22:09karolherbst: I fix the other tests before touching this stuff
22:09karolherbst: like implementing Prefetch...
22:10karolherbst: I think we can just ignore it, right?
22:13pmoreau: Sounds good.
22:15karolherbst: test fails though :/
22:16karolherbst: RA fail maybe?
22:17karolherbst: pmoreau: FAILURE: __IMAGE_SUPPORT__ undefined even though images are supported :D
22:19pmoreau: Hum :-/ No clue
22:20karolherbst: #ifdef __IMAGE_SUPPORT__... stuff in the cl kernel
22:20karolherbst: pmoreau: how does the preprocessor work in our case anyway?
22:20karolherbst: does clover do preprocessing?
22:22pmoreau: I think it does a bit, haven’t really looked into it
22:30karolherbst: ohh, in mad.hi a b c, c gets added to the hi bits of the multiplication
22:31tstellar: karolherbst: clang usually adds those feature defines.
22:32pmoreau: karolherbst: Which test was it with the __IMAGE_SUPPORT__ ? I’ll have a look
22:32tstellar: karolherbst: https://github.com/llvm-mirror/clang/blob/master/lib/Basic/Targets/AMDGPU.cpp#L360
22:32karolherbst: tstellar: we compile cl kernels though, so clang shouldn't be involved at all, right?
22:33tstellar: karolherbst: But clover has the chance to add its own if it wants.
22:33karolherbst: yeah okay, it might be within llvm
22:33karolherbst: but I really don't know how all the glue code works here
22:33tstellar: karolherbst: What are you using to comile the cl code?
22:33karolherbst: llvm to spir-v
22:33pmoreau: tstellar: Is it similar to extension defines, like fp64?
22:34karolherbst: pmoreau: kernel_numeric_constants
22:35karolherbst: fixing my hadd implementation then
22:35karolherbst: pmoreau: I assume that is some kind of optimisation though
22:35karolherbst: what do they do on optlevel 0?
22:36tstellar: pmoreau: extensions are defined here: https://github.com/llvm-mirror/clang/blob/master/lib/Basic/Targets/AMDGPU.cpp#L360
22:36pmoreau: tstellar: I had to manually set the SupportedPragmas to get it to “support” doubles.

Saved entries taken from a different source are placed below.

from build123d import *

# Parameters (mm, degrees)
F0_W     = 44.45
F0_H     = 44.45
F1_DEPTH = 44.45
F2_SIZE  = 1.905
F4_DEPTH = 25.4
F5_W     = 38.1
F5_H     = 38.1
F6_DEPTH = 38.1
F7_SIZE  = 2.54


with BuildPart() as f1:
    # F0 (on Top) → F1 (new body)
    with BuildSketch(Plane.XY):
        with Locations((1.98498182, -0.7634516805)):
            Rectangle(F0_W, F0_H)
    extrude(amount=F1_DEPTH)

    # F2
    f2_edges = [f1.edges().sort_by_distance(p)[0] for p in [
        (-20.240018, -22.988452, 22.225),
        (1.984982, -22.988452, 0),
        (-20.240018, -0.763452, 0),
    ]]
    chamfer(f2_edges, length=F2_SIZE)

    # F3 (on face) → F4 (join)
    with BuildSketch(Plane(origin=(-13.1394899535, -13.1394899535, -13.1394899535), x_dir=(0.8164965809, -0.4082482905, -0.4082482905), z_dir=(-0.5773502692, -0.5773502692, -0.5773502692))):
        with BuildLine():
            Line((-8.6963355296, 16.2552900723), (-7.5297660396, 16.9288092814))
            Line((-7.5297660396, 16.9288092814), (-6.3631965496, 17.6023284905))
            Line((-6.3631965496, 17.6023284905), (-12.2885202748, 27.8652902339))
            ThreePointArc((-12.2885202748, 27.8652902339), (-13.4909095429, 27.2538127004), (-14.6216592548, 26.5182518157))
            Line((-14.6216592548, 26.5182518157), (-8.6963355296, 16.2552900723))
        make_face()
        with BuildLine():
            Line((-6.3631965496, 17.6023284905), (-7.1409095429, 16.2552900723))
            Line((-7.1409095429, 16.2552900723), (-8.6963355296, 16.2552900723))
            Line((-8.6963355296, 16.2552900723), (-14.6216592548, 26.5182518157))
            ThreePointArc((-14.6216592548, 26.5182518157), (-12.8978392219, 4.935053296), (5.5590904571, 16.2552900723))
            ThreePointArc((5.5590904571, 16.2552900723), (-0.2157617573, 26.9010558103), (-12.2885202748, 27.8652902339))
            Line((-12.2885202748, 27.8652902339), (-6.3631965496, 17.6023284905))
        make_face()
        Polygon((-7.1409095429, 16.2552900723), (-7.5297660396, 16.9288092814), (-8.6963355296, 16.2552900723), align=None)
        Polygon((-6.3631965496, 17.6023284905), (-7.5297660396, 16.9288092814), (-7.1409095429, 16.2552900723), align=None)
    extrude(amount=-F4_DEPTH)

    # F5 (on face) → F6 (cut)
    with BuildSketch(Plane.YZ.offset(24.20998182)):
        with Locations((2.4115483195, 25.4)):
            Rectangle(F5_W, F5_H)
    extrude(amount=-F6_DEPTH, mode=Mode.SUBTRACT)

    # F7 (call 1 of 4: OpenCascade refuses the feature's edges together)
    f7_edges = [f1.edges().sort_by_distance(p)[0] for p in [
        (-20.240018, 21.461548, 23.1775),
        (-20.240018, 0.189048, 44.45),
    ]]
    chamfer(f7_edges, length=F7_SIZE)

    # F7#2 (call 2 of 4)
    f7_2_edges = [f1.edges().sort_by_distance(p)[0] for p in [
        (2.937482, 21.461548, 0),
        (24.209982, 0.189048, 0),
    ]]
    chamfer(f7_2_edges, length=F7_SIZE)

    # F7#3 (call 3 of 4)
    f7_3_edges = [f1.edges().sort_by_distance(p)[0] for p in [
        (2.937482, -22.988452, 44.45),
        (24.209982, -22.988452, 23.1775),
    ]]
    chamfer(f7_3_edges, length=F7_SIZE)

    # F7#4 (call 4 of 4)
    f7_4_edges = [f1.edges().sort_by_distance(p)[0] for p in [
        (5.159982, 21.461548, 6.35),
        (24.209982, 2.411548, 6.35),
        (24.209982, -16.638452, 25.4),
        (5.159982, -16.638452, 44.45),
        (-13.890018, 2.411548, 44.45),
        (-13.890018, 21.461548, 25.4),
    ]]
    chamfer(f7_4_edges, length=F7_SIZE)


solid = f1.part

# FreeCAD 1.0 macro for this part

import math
import FreeCAD as App
import Part
import Sketcher
Q = App.Units.Quantity


def edges_at(feature, points):
    """Names of the edges that pass closest to the given points."""
    edges = feature.Shape.Edges
    near = lambda p: min(range(len(edges)), key=lambda i: edges[i].distToShape(Part.Vertex(*p))[0])
    return sorted({f"Edge{near(p) + 1}" for p in points})


def add_polygon(sketch, points):
    """Adds a closed chain of lines whose ends are joined by coincident constraints."""
    first, n = sketch.GeometryCount, len(points)
    for a, b in zip(points, points[1:] + points[:1]):
        sketch.addGeometry(Part.LineSegment(App.Vector(*a, 0), App.Vector(*b, 0)), False)
    for i in range(n):
        sketch.addConstraint(Sketcher.Constraint("Coincident", first + i, 2, first + (i + 1) % n, 1))

doc = App.newDocument("Part")
body = doc.addObject("PartDesign::Body", "Body")

sketch1 = body.newObject("Sketcher::SketchObject", "Sketch")
sketch1.AttachmentSupport = (doc.getObject("XY_Plane"), [""])
sketch1.MapMode = "FlatFace"
add_polygon(sketch1, [(-20, 21), (-20, -23), (24, -23), (24, 21)])
sketch1.addConstraint(Sketcher.Constraint("Vertical", 0))
sketch1.addConstraint(Sketcher.Constraint("Horizontal", 1))
sketch1.addConstraint(Sketcher.Constraint("Vertical", 2))
sketch1.addConstraint(Sketcher.Constraint("Horizontal", 3))
sketch1.addConstraint(Sketcher.Constraint("Equal", 3, 0))
sketch1.addConstraint(Sketcher.Constraint("DistanceX", 1, 1, 1, 2, Q("1.75 in")))
sketch1.addConstraint(Sketcher.Constraint("DistanceX", 0, 2, -1, 1, 20.240018))
sketch1.addConstraint(Sketcher.Constraint("DistanceY", 0, 2, -1, 1, 22.988452))
pad1 = body.newObject("PartDesign::Pad", "Pad")
pad1.Profile = sketch1
pad1.Length = Q("1.75 in")
doc.recompute()

chamfer = body.newObject("PartDesign::Chamfer", "Chamfer")
chamfer.Base = (pad1, edges_at(pad1, [(-20.24, -22.988, 22.225), (1.985, -22.988, 0), (-20.24, -0.763, 0)]))
chamfer.Size = Q("0.075 in")

sketch2 = body.newObject("Sketcher::SketchObject", "Sketch001")
sketch2.Placement = App.Placement(App.Vector(-13.13949, -13.13949, -13.13949), App.Rotation(App.Vector(0.816496581, -0.40824829, -0.40824829), App.Vector(0, -0.707106781, 0.707106781), App.Vector(-0.577350269, -0.577350269, -0.577350269), "ZXY"))
sketch2.addGeometry(Part.ArcOfCircle(Part.Circle(App.Vector(-7.1, 16.3, 0), App.Vector(0, 0, 1), 12.7), math.radians(113.91), math.radians(126.09)), False)
sketch2.addGeometry(Part.ArcOfCircle(Part.Circle(App.Vector(-7.1, 16.3, 0), App.Vector(0, 0, 1), 12.7), math.radians(126), math.radians(360)), False)
sketch2.addGeometry(Part.ArcOfCircle(Part.Circle(App.Vector(-7.1, 16.3, 0), App.Vector(0, 0, 1), 12.7), math.radians(0), math.radians(114)), False)
sketch2.addConstraint(Sketcher.Constraint("Tangent", 0, 2, 1, 1))
sketch2.addConstraint(Sketcher.Constraint("Tangent", 1, 2, 2, 1))
sketch2.addConstraint(Sketcher.Constraint("Tangent", 2, 2, 0, 1))
sketch2.addConstraint(Sketcher.Constraint("Horizontal", 2, 3, 1, 2))
sketch2.addConstraint(Sketcher.Constraint("Radius", 0, Q("0.5 in")))
sketch2.addConstraint(Sketcher.Constraint("DistanceX", 2, 2, -1, 1, Q("0.4838 in")))
sketch2.addConstraint(Sketcher.Constraint("DistanceY", 0, 3, 2, 2, 11.61))
sketch2.addConstraint(Sketcher.Constraint("DistanceY", -1, 1, 0, 3, 16.25529))
sketch2.addConstraint(Sketcher.Constraint("DistanceX", 0, 2, -1, 1, 14.621659))
pad2 = body.newObject("PartDesign::Pad", "Pad001")
pad2.Profile = sketch2
pad2.Length = Q("1 in")
pad2.Reversed = True

sketch3 = body.newObject("Sketcher::SketchObject", "Sketch002")
sketch3.AttachmentSupport = (doc.getObject("YZ_Plane"), [""])
sketch3.MapMode = "FlatFace"
sketch3.AttachmentOffset = App.Placement(App.Vector(0, 0, 24.209982), App.Rotation())
add_polygon(sketch3, [(-17, 44), (-17, 6), (21, 6), (21, 44)])
sketch3.addConstraint(Sketcher.Constraint("Vertical", 0))
sketch3.addConstraint(Sketcher.Constraint("Horizontal", 1))
sketch3.addConstraint(Sketcher.Constraint("Vertical", 2))
sketch3.addConstraint(Sketcher.Constraint("Horizontal", 3))
sketch3.addConstraint(Sketcher.Constraint("Equal", 3, 0))
sketch3.addConstraint(Sketcher.Constraint("DistanceX", 1, 1, 1, 2, Q("1.5 in")))
sketch3.addConstraint(Sketcher.Constraint("DistanceY", -1, 1, 0, 2, Q("0.25 in")))
sketch3.addConstraint(Sketcher.Constraint("DistanceX", 0, 2, -1, 1, 16.638452))
pocket1 = body.newObject("PartDesign::Pocket", "Pocket")
pocket1.Profile = sketch3
pocket1.Length = Q("1.5 in")
doc.recompute()

chamfer2 = body.newObject("PartDesign::Chamfer", "Chamfer001")
chamfer2.Base = (pocket1, edges_at(pocket1, [(-20.24, 21.462, 23.177), (-20.24, 0.189, 44.45)]))
chamfer2.Size = Q("0.1 in")
doc.recompute()

chamfer3 = body.newObject("PartDesign::Chamfer", "Chamfer002")
chamfer3.Base = (chamfer2, edges_at(chamfer2, [(3.255, 21.462, 0), (24.21, 0.189, 0)]))
chamfer3.Size = Q("0.1 in")
doc.recompute()

chamfer4 = body.newObject("PartDesign::Chamfer", "Chamfer003")
chamfer4.Base = (chamfer3, edges_at(chamfer3, [(3.255, -22.988, 44.45), (24.21, -22.988, 23.495)]))
chamfer4.Size = Q("0.1 in")
doc.recompute()

chamfer5 = body.newObject("PartDesign::Chamfer", "Chamfer004")
chamfer5.Base = (chamfer4, edges_at(chamfer4, [
    (5.16, 21.462, 6.35),
    (24.21, 2.412, 6.35),
    (24.21, -16.638, 25.4),
    (5.16, -16.638, 44.45),
    (-13.89, 2.412, 44.45),
    (-13.89, 21.462, 25.4),
]))
chamfer5.Size = Q("0.1 in")

doc.recompute()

It looked like it should be set by the frontend, but wasn’t in this case. Maybe something wrong in SPIRV-LLVM?
22:36tstellar: pmoreau: Which are converted to macros here: Basic/Targets/AMDGPU.h
22:37tstellar: Sorry I mean here: https://github.com/llvm-mirror/clang/blob/master/lib/Frontend/InitPreprocessor.cpp#L1044
22:37pmoreau: I see
22:39tstellar: pmoreau: Is SupportedPragmas something in SPIR-V ?

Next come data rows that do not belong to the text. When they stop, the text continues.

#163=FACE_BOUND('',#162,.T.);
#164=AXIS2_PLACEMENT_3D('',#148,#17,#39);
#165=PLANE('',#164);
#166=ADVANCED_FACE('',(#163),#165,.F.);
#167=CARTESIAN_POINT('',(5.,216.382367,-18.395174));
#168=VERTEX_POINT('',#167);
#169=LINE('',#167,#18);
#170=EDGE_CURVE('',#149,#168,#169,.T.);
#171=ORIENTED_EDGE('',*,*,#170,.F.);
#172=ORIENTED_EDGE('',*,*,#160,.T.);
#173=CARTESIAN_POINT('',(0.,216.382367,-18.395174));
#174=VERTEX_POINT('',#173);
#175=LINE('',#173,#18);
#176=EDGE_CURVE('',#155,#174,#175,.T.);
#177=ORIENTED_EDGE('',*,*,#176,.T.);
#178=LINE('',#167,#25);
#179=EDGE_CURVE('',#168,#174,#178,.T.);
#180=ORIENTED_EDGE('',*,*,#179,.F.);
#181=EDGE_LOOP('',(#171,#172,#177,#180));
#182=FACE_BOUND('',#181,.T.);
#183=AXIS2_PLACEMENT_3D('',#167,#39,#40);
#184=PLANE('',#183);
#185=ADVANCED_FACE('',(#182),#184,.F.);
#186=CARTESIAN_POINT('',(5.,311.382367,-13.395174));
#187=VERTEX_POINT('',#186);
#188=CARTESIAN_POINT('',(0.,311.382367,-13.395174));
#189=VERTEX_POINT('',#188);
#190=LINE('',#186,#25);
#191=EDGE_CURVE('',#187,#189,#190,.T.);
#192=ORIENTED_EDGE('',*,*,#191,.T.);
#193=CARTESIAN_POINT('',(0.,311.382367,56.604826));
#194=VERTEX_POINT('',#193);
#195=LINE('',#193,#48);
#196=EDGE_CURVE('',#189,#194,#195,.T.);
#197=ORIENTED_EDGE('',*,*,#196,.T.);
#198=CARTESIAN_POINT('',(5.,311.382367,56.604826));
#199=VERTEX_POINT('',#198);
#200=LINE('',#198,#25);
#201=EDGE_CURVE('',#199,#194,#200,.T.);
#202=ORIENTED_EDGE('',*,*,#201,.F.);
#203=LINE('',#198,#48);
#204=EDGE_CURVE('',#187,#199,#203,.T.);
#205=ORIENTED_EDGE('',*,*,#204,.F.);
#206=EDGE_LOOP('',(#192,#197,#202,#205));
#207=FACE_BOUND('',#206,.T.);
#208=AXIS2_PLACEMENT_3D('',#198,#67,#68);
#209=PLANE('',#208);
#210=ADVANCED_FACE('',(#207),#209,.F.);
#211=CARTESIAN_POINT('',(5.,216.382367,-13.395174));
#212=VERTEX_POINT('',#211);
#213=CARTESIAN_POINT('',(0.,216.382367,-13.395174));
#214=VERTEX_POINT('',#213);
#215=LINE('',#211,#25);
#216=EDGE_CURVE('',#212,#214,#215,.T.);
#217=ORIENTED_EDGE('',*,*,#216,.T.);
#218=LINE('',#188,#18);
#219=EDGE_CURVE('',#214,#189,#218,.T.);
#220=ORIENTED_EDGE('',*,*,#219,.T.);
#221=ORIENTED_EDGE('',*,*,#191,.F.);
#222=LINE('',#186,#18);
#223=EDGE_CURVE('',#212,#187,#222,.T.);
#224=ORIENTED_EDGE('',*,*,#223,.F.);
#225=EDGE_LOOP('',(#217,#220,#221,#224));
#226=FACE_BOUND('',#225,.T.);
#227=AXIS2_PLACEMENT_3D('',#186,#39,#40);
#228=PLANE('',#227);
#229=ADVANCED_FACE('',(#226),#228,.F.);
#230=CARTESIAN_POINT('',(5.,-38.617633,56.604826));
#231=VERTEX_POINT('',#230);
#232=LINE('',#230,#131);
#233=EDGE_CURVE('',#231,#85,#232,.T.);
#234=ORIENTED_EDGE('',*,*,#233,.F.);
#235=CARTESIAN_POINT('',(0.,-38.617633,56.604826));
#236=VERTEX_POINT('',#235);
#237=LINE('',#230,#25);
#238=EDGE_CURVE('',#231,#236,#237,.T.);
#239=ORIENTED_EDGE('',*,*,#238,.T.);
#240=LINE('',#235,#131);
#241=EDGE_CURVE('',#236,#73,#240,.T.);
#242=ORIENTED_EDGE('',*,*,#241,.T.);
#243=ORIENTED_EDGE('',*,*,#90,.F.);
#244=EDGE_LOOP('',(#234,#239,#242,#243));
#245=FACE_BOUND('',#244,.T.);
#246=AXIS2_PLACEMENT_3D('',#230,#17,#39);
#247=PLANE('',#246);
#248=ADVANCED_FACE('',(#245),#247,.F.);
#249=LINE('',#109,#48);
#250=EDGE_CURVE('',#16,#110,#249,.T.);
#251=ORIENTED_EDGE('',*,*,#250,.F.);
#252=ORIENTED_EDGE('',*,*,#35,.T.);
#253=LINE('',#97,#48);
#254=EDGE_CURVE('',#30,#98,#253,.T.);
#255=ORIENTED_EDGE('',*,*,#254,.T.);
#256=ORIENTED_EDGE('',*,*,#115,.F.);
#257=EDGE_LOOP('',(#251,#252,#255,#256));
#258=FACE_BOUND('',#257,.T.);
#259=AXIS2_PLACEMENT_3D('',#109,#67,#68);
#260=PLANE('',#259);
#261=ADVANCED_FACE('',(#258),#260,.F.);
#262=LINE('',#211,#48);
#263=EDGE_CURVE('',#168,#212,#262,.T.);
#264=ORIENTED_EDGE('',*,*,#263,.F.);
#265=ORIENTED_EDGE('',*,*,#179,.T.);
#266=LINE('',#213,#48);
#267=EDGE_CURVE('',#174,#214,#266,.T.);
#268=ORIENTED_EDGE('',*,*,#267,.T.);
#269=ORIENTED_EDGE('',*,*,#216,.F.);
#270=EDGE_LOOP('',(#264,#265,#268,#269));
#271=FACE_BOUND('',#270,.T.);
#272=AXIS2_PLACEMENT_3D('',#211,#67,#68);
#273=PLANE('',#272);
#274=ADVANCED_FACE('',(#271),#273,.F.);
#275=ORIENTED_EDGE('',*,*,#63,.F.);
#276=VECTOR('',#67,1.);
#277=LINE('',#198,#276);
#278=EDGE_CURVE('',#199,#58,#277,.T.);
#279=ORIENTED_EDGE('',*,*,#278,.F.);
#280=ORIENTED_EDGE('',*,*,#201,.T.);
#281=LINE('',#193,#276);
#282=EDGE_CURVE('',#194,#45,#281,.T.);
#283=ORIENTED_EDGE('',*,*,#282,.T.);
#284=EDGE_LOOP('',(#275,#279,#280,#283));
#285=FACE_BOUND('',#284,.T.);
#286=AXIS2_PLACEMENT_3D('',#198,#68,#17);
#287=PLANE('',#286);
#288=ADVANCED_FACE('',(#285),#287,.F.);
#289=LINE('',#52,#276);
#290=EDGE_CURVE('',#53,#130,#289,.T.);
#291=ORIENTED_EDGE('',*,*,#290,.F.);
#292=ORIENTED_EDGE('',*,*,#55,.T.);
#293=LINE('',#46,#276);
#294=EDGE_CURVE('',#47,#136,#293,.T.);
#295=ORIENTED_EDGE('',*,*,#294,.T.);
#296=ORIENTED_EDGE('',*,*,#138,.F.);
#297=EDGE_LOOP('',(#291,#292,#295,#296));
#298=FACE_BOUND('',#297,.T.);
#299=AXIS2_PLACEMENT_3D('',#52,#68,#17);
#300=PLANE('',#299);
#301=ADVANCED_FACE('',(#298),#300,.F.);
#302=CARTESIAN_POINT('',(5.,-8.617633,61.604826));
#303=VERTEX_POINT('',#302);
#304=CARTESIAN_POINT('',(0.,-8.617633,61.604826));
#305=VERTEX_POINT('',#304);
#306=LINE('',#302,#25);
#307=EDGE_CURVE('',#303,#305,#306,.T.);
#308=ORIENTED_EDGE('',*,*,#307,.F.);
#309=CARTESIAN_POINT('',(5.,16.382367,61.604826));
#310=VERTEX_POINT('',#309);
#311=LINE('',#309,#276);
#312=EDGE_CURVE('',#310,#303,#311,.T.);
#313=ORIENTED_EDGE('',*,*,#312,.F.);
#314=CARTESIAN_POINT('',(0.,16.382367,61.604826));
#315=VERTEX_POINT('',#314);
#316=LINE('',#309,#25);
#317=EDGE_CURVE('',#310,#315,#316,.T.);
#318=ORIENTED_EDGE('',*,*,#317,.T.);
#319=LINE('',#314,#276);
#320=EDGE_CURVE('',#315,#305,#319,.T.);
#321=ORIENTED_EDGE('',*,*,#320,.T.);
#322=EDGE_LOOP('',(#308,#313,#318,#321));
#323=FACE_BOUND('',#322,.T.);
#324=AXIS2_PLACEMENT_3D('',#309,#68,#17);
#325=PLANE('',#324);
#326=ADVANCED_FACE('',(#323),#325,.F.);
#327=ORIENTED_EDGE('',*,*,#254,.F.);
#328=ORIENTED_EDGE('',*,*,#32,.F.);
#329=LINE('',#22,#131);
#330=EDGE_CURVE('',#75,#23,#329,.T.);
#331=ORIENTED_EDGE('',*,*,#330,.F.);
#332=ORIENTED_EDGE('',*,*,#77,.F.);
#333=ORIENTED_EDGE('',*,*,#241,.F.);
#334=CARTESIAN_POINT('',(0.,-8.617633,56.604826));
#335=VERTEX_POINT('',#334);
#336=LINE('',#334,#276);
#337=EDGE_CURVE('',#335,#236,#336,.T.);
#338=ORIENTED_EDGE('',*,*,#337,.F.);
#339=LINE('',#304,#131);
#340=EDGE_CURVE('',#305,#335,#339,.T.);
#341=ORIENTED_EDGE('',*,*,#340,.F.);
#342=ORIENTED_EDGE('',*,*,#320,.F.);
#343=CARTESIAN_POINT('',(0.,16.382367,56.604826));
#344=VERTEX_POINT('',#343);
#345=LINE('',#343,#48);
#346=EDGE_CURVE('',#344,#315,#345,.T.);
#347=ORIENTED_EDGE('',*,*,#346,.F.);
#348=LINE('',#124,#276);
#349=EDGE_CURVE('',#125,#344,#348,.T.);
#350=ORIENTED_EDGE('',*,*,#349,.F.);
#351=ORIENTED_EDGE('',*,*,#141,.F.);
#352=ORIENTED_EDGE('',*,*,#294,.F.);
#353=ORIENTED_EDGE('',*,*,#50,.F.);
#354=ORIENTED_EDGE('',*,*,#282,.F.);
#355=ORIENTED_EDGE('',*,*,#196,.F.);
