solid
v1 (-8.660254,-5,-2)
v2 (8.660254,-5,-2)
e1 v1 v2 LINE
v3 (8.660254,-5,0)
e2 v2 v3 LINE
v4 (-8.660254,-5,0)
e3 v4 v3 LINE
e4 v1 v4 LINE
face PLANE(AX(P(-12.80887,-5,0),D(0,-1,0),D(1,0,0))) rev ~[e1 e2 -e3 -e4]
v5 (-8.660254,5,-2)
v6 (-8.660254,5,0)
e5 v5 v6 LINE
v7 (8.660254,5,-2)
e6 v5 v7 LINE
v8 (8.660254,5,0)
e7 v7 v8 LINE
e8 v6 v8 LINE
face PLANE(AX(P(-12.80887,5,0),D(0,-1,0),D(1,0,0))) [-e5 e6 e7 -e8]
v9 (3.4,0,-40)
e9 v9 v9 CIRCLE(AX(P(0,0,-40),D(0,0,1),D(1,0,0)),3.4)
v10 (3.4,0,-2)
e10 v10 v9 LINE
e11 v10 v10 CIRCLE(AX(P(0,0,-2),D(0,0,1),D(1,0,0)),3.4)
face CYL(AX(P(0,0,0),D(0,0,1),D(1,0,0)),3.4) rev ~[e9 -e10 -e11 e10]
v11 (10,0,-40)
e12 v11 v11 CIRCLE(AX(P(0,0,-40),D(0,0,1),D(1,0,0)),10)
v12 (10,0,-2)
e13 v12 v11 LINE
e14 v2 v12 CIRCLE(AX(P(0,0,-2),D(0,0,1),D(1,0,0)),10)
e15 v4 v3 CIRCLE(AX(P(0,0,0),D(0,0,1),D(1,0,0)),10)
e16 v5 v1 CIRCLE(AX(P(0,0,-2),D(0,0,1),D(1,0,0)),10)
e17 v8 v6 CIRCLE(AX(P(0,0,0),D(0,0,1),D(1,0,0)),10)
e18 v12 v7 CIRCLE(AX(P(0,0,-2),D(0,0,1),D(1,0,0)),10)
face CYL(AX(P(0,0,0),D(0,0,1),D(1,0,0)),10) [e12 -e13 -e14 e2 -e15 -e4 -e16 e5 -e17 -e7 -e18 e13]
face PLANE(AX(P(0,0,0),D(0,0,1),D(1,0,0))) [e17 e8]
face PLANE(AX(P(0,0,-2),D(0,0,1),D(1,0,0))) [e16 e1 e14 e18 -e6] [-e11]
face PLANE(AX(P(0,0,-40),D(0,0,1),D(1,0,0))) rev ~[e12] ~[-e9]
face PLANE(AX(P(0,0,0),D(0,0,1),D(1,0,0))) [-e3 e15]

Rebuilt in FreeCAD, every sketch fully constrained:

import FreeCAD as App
import Part
import Sketcher
from FreeCAD import Vector
Q = App.Units.Quantity


def add_polygon(sketch, points):
    """Adds a closed chain of lines whose ends are joined by coincident constraints."""
    first, n = sketch.GeometryCount, len(points)
    for a, b in zip(points, points[1:] + points[:1]):
        sketch.addGeometry(Part.LineSegment(App.Vector(*a, 0), App.Vector(*b, 0)), False)
    for i in range(n):
        sketch.addConstraint(Sketcher.Constraint("Coincident", first + i, 2, first + (i + 1) % n, 1))

doc = App.newDocument("Part")
body = doc.addObject("PartDesign::Body", "Body")

# Sketch on XY plane
sketch1 = body.newObject("Sketcher::SketchObject", "Sketch")
sketch1.AttachmentSupport = (doc.getObject("XY_Plane"), [""])
sketch1.MapMode = "FlatFace"
sketch1.addGeometry(Part.Circle(Vector(0, 0, 0), Vector(0, 0, 1), 10), False)
sketch1.addConstraint(Sketcher.Constraint("Coincident", 0, 3, -1, 1))
sketch1.addConstraint(Sketcher.Constraint("Diameter", 0, Q("20 mm")))
pad1 = body.newObject("PartDesign::Pad", "Pad")
pad1.Profile = sketch1
pad1.Length = 40
pad1.Reversed = True

# Sketch on XY plane
sketch2 = body.newObject("Sketcher::SketchObject", "Sketch001")
sketch2.AttachmentSupport = (doc.getObject("XY_Plane"), [""])
sketch2.MapMode = "FlatFace"
sketch2.addGeometry(Part.Circle(Vector(0, 0, 0), Vector(0, 0, 1), 3.4), False)
sketch2.addConstraint(Sketcher.Constraint("Coincident", 0, 3, -1, 1))
sketch2.addConstraint(Sketcher.Constraint("Diameter", 0, Q("6.8 mm")))
pocket1 = body.newObject("PartDesign::Pocket", "Pocket")
pocket1.Profile = sketch2
pocket1.Type = "ThroughAll"

# Sketch on XY plane
sketch3 = body.newObject("Sketcher::SketchObject", "Sketch002")
sketch3.AttachmentSupport = (doc.getObject("XY_Plane"), [""])
sketch3.MapMode = "FlatFace"
add_polygon(sketch3, [(-13, 5), (-13, -5), (13, -5), (13, 5)])  # lines 0-3
sketch3.addConstraint(Sketcher.Constraint("Vertical", 0))
sketch3.addConstraint(Sketcher.Constraint("Horizontal", 1))
sketch3.addConstraint(Sketcher.Constraint("Vertical", 2))
sketch3.addConstraint(Sketcher.Constraint("Horizontal", 3))
sketch3.addConstraint(Sketcher.Constraint("Symmetric", 0, 2, 2, 2, -1, 1))
sketch3.addConstraint(Sketcher.Constraint("DistanceY", 0, 2, 0, 1, Q("10 mm")))
sketch3.addConstraint(Sketcher.Constraint("DistanceX", 1, 1, 1, 2, Q("25.61774 mm")))
pocket2 = body.newObject("PartDesign::Pocket", "Pocket001")
pocket2.Profile = sketch3
pocket2.Length = 2

doc.recompute()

22:39karolherbst: pmoreau: :D it got optimised into a shladd
22:39pmoreau: tstellar: Here is what I needed to do https://phabricator.pmoreau.org/diffusion/MESA/browse/nouveau_spirv_support/src/gallium/state_trackers/clover/spirv/invocation.cpp;2cf57e2672a1e0bf40cb2b5328b12dfd416730c0$699-722
22:39karolherbst: pmoreau: which doesn't know the hi subop I think
22:40pmoreau: No, I meant clang::CompilerInstance.getProcessorOpts().SupportedPragmas
22:42tstellar: pmoreau: What version of clang are you using?
22:42pmoreau: SPIRV-LLVM, which is almost based on 3.6 (missing a few patches from 3.6 I think) https://github.com/KhronosGroup/SPIRV-LLVM/
22:44tstellar: pmoreau: Oh ok, that's pretty old. Did you ever look at clspv ?
22:44pmoreau: I quickly did but I haven’t tried using it.
22:44tstellar: pmoreau: A lot of stuff has been fixed in trunk since 3.6.
22:44pmoreau: That makes sense
22:44pmoreau: 3.6 is quite ancient
22:45pmoreau: clspv is generating Vulkan SPIR-V and might not be able to support everything OpenCL can, but it could be good enough for now.
22:45tstellar: pmoreau: Yeah AMD especially has been putting a lot of work into the frontend in the last year+
22:46pmoreau: There is also https://github.com/thewilsonator/llvm-target-spirv/ which I wanted to try, but haven’t yet. It’s a rebase of SPIRV-LLVM on top of trunk + some more work I think.
23:35karolherbst: pmoreau: can you check what nvidia is doing for sign()?